Step 3: Try a real document
Drop in a small actual PDF:
curl -F "file=@./real-document.pdf" http://localhost:8080/v1/files | jq -r .file_id > /tmp/file_id
curl http://localhost:8080/v1/chat/completions \
-H 'Content-Type: application/json' \
-d "{
\"messages\": [{\"role\": \"user\", \"content\": \"Summarise this document in 3 bullets.\"}],
\"file_ids\": [\"$(cat /tmp/file_id)\"]
}" | jq -r '.choices[0].message.content'
The agent answers using the document's content. No tool call was needed — the agent server injected the extracted text before the LLM saw the prompt.
Step 4: Verify the security controls
Try uploading something disallowed:
echo MZbinary > /tmp/evil.exe
curl -i -F "file=@/tmp/evil.exe;type=application/x-msdownload" http://localhost:8080/v1/files
# HTTP/1.1 415 Unsupported Media Type
# {"detail": "MIME type 'application/x-msdownload' is not in the allowlist"}
Try uploading something oversized:
dd if=/dev/zero of=/tmp/huge.pdf bs=1M count=100 2>/dev/null
curl -i -F "file=@/tmp/huge.pdf;type=application/pdf" http://localhost:8080/v1/files
# HTTP/1.1 413 Request Entity Too Large
Step 5: Deploy with the gateway and UI
Once the agent is happy locally, redeploy:
make deploy PROJECT=calculus-agent
helm upgrade calculus-gateway ../calculus-gateway/chart \
-n calculus-agent \
--set files.maxBytes=25m \
--set files.allowedMime="application/pdf,image/*"
helm upgrade calculus-ui ../calculus-ui/chart \
-n calculus-agent \
--set files.maxBytes=25m
Open the UI, drag a PDF onto the chat input, watch the progress chip, then ask a question.
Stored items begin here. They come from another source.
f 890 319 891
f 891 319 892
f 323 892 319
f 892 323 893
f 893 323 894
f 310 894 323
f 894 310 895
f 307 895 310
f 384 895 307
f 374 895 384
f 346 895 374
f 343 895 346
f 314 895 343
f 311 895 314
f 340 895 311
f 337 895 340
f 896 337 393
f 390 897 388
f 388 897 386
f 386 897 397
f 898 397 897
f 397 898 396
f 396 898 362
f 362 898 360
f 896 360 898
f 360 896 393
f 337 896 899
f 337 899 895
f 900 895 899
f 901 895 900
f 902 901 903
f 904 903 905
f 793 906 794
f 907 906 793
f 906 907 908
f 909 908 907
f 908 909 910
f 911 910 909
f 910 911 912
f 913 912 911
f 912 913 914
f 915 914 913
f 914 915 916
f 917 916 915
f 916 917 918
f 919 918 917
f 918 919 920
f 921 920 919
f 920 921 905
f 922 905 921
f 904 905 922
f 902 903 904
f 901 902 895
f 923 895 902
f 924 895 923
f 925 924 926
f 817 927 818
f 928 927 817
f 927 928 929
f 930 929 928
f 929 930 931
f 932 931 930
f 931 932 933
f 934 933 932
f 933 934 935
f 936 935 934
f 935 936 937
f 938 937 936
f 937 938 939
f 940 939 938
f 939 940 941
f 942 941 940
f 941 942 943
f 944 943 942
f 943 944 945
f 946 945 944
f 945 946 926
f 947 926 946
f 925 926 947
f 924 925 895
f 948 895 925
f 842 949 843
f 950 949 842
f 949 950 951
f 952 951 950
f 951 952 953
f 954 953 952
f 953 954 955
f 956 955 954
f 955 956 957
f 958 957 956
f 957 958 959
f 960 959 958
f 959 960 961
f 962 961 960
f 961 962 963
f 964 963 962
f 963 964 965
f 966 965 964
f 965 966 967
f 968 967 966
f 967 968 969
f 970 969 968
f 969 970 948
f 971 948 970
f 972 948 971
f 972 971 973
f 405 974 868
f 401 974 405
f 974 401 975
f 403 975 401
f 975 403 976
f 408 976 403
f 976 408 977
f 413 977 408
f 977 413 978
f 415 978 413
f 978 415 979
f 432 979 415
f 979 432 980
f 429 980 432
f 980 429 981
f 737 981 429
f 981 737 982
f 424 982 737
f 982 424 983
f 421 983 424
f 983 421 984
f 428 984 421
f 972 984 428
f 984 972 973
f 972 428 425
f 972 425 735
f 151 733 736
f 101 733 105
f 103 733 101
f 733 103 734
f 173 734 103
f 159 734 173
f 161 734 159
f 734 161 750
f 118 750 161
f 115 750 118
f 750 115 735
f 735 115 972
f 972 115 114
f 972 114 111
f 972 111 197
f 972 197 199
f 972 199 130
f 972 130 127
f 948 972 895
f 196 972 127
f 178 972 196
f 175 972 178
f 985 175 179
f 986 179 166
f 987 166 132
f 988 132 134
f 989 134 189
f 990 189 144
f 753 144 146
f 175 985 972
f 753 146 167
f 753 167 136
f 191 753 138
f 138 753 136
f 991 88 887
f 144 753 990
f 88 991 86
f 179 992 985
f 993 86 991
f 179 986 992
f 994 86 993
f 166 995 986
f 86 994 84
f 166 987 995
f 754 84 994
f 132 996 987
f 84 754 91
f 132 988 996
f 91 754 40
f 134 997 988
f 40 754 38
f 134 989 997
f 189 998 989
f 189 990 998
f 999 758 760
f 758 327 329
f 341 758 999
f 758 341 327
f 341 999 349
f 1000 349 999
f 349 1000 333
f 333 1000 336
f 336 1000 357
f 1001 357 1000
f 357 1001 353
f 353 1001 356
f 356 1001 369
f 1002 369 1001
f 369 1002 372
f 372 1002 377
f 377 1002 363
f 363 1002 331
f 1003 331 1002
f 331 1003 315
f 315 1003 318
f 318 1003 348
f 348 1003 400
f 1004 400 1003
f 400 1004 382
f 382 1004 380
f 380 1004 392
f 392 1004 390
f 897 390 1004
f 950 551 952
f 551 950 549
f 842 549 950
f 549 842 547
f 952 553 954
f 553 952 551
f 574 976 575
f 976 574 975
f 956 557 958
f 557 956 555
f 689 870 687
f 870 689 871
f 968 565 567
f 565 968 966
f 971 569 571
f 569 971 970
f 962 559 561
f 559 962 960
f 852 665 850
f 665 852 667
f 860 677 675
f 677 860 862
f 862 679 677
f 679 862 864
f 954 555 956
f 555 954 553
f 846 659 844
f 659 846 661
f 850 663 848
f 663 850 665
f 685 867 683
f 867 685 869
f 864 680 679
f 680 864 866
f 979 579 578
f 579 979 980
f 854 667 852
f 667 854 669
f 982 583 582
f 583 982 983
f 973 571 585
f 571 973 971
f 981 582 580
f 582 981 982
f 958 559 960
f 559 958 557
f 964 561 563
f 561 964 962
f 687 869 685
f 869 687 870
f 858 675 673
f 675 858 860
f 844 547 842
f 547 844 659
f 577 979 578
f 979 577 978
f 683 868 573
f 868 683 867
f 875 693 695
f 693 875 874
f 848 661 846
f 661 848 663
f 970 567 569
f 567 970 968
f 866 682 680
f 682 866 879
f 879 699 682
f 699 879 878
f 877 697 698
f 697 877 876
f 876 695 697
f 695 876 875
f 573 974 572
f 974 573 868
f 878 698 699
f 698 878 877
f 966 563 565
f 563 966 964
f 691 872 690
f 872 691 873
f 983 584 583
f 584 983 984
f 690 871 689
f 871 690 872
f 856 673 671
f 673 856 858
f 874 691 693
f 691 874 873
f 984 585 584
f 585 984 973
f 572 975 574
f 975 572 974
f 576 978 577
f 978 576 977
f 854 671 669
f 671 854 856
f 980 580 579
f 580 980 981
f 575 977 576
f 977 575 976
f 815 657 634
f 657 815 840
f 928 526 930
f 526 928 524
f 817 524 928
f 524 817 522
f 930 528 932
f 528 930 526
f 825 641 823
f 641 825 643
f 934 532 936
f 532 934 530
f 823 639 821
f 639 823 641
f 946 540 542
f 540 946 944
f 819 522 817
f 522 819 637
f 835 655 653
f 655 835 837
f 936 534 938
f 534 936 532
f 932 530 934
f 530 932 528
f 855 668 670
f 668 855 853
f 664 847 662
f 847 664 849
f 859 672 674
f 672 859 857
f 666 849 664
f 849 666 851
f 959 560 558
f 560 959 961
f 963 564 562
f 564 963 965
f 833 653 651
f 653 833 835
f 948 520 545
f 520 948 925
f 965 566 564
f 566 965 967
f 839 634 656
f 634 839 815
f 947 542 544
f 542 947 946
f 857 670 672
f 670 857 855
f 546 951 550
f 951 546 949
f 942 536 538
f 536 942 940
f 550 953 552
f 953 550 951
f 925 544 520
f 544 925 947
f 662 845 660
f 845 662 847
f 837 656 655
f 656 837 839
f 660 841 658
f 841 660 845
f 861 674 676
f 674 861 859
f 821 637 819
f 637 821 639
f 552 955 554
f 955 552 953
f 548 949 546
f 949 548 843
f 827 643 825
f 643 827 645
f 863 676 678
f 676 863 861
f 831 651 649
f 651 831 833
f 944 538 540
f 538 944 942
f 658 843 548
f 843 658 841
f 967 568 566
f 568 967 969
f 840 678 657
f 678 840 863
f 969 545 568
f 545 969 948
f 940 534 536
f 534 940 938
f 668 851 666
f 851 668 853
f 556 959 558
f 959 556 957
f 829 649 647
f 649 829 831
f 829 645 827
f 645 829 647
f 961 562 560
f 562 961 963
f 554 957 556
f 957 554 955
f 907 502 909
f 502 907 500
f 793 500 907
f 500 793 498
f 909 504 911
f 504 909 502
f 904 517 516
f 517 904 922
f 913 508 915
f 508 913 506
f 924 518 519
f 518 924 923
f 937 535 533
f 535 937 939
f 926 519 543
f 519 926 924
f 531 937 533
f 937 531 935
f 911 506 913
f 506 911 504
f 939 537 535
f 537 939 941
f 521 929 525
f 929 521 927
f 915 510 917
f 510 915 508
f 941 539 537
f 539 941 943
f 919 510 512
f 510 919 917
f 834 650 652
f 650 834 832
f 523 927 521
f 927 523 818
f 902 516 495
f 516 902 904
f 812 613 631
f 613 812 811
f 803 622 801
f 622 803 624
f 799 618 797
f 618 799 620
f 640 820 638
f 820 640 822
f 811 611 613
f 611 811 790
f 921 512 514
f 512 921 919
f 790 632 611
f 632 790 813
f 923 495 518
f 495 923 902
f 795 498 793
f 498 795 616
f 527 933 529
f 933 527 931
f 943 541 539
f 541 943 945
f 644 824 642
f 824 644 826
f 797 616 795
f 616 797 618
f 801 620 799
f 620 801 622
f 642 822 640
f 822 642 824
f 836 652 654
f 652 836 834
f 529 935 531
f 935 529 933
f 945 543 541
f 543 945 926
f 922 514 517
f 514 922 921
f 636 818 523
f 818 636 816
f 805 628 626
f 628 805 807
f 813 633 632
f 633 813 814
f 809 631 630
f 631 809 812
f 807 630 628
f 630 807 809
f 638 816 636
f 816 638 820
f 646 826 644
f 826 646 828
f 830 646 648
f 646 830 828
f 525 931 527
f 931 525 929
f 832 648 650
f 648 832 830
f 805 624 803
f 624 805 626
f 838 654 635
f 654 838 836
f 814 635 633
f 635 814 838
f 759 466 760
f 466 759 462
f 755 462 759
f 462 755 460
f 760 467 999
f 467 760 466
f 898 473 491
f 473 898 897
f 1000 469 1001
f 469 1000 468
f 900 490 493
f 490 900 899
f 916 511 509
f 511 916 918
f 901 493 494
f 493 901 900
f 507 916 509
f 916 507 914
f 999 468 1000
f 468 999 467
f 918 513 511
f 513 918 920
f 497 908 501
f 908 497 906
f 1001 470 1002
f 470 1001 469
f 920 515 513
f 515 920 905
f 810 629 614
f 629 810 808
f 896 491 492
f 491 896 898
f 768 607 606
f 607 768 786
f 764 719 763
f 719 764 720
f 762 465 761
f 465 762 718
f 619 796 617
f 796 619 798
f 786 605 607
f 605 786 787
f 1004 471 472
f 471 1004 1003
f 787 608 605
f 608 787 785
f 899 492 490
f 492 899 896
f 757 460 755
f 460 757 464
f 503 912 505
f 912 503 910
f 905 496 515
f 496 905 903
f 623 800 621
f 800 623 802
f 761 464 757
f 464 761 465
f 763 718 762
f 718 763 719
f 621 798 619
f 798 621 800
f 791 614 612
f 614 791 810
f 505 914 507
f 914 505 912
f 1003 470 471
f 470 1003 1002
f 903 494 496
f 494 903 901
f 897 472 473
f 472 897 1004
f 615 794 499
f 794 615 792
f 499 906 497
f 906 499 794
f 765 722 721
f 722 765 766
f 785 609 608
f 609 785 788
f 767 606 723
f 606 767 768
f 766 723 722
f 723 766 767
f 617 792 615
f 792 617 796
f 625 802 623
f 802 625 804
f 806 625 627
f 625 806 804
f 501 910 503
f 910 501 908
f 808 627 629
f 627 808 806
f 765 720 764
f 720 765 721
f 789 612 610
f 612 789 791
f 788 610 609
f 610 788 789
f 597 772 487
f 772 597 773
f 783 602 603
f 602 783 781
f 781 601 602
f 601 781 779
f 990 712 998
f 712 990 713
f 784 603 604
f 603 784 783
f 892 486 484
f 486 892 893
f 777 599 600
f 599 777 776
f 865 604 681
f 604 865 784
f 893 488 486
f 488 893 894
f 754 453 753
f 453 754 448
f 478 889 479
Verifying everything is wired up¶
# Agent: file uploads enabled?
curl http://my-agent:8080/v1/agent-info | jq '.server.files.enabled'
# Gateway: configured caps?
oc logs deployment/calculus-gateway -n calculus-agent | grep files_max_bytes
# UI: config exposed?
curl http://my-ui:3000/api/config | jq
# Round-trip: upload through the gateway and confirm the chip path
echo test > /tmp/x.txt
curl -F "file=@/tmp/x.txt" https://calculus-gateway.apps.cluster/v1/files | jq
If any layer rejects, the error surfaces with a JSON message — read the status code first, then the body. The most common gotchas are gateway/agent allowlist mismatches and forgotten PVCs eating uploaded files on pod restart.
What's next¶
You now have file ingestion wired across the full stack. Some directions to take it further:
- Background-queue parsing for large documents (multi-hundred-page PDFs).
- Chunking + pgvector retrieval so the agent doesn't dump entire documents into context. Needs a fresh ADR before code.
- Custom parsers beyond Docling — for example, the
xml-analysis-framework
for S1000D technical documentation, plugged in via the
FileParserABC. - Per-tenant quotas so a single user can't monopolise the bytes PVC. Combine with the per-tenant cost tracking from Module 8.
The patterns from this module — opt-in extras, layered security, streaming proxies, and explicit failure modes — apply equally to any new ingestion surface you bolt onto the agent. File uploads are the first; webhooks, message-queue ingestion, and scheduled pulls follow the same shape.